Older women lack breast cancer knowledge
Older women lack breast cancer knowledge
Researchers offer suggestions for education
If older women knew that breast cancer isn't just a young woman's disease, that lumps can be detected by a mammogram up to two years before they can be felt, and that early detection almost certainly leads to a cure, perhaps they wouldn't hesitate so much to get a mammogram. But, as a new study shows, many women over 65 - especially African-Americans - don't have this knowledge. They continue to avoid the test, and women over 65 continue to account for half of U.S. breast cancer deaths each year.
Health care providers can help turn this trend around by taking a look at the erroneous beliefs, fears, and barriers that keep women from having mammograms, says Celette Sugg Skinner, PhD, assistant professor at the Washington University School of Medicine's Mallinckrodt Institute of Radiology in St. Louis. Skinner was the primary investigator in a study of the breast cancer knowledge of 253 women living in urban St. Louis that appeared recently in the American Journal of Preventive Medicine.1 She also published a paper on an innovative breast cancer education program targeted at older African-American women in Health Behavior and Education.2
"Older women, especially black women, are more likely to die from breast cancer rather than have it be a setback in an otherwise normal life," Skinner says. "We wanted to see what factors differentiated women who had mammograms vs. those who didn't. We need to understand why these women are not getting mammograms so we can design programs to help."
In the St. Louis study, only half the women had received a mammogram in the past two years, and about one-third weren't even thinking about having the test. The women shared many misconceptions about breast cancer, including thinking breast self-exams can find pea-sized lumps and that younger women are more likely to get the disease.

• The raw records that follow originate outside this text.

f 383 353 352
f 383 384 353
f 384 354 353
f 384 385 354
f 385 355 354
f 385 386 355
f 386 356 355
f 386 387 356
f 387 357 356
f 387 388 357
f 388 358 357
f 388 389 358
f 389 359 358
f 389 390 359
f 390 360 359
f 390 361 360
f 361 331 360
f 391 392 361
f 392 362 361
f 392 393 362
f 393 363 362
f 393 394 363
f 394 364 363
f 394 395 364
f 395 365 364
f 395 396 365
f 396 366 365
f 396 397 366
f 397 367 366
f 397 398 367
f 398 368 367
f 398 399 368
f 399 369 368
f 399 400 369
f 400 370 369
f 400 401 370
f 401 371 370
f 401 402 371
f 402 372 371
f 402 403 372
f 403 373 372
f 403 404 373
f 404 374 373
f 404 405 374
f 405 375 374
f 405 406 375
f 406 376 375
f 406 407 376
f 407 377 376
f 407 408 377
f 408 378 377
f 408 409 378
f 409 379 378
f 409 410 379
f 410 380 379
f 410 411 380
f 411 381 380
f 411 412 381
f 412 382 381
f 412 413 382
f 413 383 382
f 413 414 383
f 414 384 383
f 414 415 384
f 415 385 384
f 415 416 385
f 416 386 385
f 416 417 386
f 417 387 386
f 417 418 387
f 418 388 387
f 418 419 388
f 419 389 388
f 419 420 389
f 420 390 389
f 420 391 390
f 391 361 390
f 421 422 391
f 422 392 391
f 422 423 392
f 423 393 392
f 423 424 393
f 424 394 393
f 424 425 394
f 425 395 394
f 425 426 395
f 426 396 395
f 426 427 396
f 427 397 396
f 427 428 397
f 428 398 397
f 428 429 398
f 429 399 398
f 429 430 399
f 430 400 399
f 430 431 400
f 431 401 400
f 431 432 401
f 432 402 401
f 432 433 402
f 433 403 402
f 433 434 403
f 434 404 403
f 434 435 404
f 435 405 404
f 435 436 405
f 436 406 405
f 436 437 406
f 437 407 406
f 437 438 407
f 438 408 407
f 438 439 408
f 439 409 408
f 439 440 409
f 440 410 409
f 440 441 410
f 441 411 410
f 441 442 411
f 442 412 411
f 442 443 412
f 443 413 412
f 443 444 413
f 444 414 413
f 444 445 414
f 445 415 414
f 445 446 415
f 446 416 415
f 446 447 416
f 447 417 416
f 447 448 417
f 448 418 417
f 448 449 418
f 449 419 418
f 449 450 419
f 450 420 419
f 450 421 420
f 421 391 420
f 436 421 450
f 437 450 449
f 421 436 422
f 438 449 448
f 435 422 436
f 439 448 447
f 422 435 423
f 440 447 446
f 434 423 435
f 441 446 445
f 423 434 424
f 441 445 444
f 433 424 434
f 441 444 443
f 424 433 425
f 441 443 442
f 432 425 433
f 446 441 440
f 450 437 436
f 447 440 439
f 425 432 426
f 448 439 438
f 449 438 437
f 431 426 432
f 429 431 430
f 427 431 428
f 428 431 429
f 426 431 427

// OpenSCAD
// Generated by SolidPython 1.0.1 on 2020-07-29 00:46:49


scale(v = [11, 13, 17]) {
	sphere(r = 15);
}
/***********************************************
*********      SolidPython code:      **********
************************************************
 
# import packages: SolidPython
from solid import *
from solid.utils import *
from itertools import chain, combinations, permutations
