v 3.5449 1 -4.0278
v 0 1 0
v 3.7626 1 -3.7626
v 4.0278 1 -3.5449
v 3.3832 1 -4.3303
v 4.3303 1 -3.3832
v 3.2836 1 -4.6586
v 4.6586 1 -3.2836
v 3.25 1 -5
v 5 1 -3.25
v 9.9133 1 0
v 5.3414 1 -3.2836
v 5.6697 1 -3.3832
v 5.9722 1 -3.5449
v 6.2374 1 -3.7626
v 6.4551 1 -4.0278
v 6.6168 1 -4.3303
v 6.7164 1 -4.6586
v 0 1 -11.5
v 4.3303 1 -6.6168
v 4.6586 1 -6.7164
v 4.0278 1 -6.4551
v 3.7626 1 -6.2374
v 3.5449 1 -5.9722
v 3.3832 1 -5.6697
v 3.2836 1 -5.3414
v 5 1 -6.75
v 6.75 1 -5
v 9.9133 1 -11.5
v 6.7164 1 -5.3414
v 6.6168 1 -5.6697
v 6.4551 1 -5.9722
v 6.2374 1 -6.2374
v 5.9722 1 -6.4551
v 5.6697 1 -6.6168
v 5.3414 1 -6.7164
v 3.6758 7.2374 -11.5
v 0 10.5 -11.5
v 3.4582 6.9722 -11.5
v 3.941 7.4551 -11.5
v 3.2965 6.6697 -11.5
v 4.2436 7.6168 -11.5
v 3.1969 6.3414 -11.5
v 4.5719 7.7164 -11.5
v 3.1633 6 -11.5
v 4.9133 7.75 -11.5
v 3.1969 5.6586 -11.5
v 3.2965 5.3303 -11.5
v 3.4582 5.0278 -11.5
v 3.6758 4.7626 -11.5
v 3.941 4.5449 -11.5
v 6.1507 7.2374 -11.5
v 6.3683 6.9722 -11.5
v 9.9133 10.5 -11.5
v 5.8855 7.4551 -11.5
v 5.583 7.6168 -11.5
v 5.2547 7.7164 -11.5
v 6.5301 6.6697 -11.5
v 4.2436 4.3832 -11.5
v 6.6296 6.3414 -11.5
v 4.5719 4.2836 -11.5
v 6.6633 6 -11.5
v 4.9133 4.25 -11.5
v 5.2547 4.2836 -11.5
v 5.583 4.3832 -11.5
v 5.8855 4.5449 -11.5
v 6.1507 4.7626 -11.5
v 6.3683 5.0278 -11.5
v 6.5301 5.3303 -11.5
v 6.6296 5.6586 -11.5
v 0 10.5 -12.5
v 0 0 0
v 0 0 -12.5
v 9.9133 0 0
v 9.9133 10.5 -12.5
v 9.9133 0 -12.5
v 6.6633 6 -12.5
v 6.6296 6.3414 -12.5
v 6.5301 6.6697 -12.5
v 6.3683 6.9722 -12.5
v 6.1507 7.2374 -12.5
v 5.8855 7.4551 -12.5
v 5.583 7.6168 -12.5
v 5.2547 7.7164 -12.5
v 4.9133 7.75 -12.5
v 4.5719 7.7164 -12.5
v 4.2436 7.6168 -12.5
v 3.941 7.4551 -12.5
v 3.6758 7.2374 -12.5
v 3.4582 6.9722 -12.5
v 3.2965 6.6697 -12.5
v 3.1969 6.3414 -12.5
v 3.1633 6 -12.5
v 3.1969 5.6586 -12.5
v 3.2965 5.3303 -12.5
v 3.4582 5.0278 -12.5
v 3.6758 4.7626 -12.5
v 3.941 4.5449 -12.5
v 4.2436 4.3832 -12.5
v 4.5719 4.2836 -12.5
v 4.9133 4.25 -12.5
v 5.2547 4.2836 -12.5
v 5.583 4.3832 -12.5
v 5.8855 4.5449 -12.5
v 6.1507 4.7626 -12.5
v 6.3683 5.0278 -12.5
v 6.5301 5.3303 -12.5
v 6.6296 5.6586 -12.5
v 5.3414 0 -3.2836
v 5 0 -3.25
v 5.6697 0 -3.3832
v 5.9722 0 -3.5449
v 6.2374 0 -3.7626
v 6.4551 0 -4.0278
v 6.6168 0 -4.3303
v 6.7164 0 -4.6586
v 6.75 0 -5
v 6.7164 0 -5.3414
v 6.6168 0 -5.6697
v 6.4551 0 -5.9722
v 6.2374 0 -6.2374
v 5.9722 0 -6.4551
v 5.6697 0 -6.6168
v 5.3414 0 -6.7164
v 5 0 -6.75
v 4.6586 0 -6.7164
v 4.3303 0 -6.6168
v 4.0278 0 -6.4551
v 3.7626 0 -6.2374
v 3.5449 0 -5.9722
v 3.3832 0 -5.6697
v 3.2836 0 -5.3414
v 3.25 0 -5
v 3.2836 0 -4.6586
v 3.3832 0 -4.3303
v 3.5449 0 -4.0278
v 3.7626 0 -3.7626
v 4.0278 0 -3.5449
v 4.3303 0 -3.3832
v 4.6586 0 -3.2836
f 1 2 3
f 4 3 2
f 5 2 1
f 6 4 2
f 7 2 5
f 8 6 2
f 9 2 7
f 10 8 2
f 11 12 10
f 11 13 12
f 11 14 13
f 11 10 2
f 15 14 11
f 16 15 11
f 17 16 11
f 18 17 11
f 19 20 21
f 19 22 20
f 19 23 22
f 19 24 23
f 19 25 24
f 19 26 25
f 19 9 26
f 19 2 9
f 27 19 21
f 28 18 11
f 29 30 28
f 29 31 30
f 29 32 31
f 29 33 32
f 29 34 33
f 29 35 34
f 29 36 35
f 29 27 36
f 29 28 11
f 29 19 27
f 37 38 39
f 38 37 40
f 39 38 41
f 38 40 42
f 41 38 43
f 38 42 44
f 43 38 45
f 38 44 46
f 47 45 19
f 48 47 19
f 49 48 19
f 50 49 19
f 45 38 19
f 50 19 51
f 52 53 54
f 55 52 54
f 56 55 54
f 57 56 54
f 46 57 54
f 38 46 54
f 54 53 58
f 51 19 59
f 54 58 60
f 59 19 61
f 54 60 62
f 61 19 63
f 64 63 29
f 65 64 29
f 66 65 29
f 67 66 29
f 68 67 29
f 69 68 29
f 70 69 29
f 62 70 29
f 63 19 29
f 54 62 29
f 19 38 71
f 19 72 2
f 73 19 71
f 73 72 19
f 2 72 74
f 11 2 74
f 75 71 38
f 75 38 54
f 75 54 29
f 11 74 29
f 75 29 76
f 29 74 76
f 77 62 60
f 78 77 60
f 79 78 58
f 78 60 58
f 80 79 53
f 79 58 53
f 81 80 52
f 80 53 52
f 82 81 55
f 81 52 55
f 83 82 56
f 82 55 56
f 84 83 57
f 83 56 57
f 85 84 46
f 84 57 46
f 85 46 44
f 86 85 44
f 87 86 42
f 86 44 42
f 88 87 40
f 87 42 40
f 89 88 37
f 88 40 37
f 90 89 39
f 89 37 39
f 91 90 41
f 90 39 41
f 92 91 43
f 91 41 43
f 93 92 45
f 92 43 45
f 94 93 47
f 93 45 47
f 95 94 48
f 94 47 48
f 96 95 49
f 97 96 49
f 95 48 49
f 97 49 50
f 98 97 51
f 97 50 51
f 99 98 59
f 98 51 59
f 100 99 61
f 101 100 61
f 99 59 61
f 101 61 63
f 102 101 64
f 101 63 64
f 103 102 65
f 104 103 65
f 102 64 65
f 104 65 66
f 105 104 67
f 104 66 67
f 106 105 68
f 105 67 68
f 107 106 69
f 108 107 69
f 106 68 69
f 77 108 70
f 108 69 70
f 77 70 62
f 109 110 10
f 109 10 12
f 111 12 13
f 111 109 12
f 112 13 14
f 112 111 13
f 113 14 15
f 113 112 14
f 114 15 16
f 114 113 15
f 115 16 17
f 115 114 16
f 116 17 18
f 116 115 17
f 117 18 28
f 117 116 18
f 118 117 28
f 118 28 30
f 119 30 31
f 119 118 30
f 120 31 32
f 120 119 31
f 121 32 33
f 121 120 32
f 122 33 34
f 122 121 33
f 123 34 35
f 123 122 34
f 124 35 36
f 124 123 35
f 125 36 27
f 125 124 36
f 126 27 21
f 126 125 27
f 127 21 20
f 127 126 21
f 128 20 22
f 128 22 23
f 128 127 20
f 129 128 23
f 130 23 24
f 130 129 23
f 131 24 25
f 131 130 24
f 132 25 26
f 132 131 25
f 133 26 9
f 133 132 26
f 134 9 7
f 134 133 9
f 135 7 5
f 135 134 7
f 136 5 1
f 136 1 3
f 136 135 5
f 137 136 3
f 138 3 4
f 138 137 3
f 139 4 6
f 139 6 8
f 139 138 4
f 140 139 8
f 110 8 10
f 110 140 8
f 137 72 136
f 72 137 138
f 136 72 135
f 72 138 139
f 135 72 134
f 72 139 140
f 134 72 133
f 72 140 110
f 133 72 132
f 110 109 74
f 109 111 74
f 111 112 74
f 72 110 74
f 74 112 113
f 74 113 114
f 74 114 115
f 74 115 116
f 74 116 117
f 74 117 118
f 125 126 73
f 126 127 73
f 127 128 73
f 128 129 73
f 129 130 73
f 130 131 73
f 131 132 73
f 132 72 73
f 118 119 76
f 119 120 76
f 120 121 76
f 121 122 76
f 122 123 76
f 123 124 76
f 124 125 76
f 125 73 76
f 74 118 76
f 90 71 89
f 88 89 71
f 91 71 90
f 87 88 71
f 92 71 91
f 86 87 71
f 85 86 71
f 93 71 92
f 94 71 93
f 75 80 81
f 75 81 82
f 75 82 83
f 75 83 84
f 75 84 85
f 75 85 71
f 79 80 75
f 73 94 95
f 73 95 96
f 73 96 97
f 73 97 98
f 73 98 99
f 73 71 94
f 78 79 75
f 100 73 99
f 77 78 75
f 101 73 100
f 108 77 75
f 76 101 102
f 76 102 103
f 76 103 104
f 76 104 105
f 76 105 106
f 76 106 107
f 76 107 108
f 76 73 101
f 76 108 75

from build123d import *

# Parameters (mm, degrees)
SKETCH1_W           = 9.91326949
SKETCH1_H           = 11.5
SKETCH1_R           = 1.75
BOSS_EXTRUDE3_DEPTH = 1
SKETCH1_5_W         = 9.91326949
SKETCH1_5_H         = 1
BOSS_EXTRUDE4_DEPTH = 10.5
SKETCH2_R           = 1.75
CUT_EXTRUDE1_DEPTH  = 1


with BuildPart() as part:
    # Sketch1 → Boss-Extrude3 (new body)
    with BuildSketch(Plane(origin=(0, 0, 0), x_dir=(1, 0, 0), z_dir=(0, 1, 0))):
        with Locations((4.956634745, 5.75)):
            Rectangle(SKETCH1_W, SKETCH1_H)
        with Locations((5, 5)):
            Circle(SKETCH1_R, mode=Mode.SUBTRACT)
    extrude(amount=BOSS_EXTRUDE3_DEPTH)

    # Sketch1<5> → Boss-Extrude4 (add)
    with BuildSketch(Plane(origin=(0, 0, 0), x_dir=(1, 0, 0), z_dir=(0, 1, 0))):
        with Locations((4.956634745, 12)):
            Rectangle(SKETCH1_5_W, SKETCH1_5_H)
    extrude(amount=BOSS_EXTRUDE4_DEPTH)

    # Sketch2 → Cut-Extrude1 (cut)
    with BuildSketch(Plane.XY.offset(-11.5)):
        with Locations((4.91326949, 6)):
            Circle(SKETCH2_R)
    extrude(amount=-CUT_EXTRUDE1_DEPTH, mode=Mode.SUBTRACT)


solid = part.part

More than half of the women thought touching the breasts could lead to cancer, that treatments work better for younger women, and that breast cancer is painful in its earliest stages. Many did not know that having a close relative with the disease increases the risk, and some thought they weren't at risk because they had small breasts, weren't having sex, or had protected their breasts from bumping and bruising.
"These women need to understand they are at risk of breast cancer," Skinner says. "Many think that only younger women get it because those cases make the best media stories - the Murphy Brown stories. They need to know there's a great benefit of finding cancer early."
But it's not just lack of knowledge that keeps some women from making a mammogram appointment; sometimes it's fear. "Some women consider screening but think, why go looking for trouble? They're worried the result might not be good," Skinner says. "The crucial message we need to send is you don't need to be concerned about finding cancer early, you need to be concerned about finding cancer late."
Other potential barriers include thinking that mammograms are embarrassing, painful, or too difficult to arrange and attend. Skinner made an interesting observation in this study: Women who received their health care at a neighborhood or hospital clinic were more likely to have a mammogram than those seeing a private physician.
She hypothesizes that clinics are used to dealing with certain types of women and may be better at knowing how to get them through the process by making appointments or arranging transportation.
Patient education efforts should be tailored to address specific misconceptions and barriers, Skinner says. "First, you want to tell the women they don't want late-stage breast cancer to add to any problems they already have. It's relatively easy to be screened, and mammography is very effective in older women," she says. "If they wind up with late-stage breast cancer, that would be a traumatic, painful, unnecessary way to die."
References
1. Skinner, "Knowledge, perceptions, and mammography stages of adoption among older urban women," American Journal of Preventive Health 1998; 14:1-10.
2. Skinner, "Learn, Share, and Live: Breast Cancer Education for Older, Urban, Minority Women," Health Behavior and Education 1998; 25:60-78.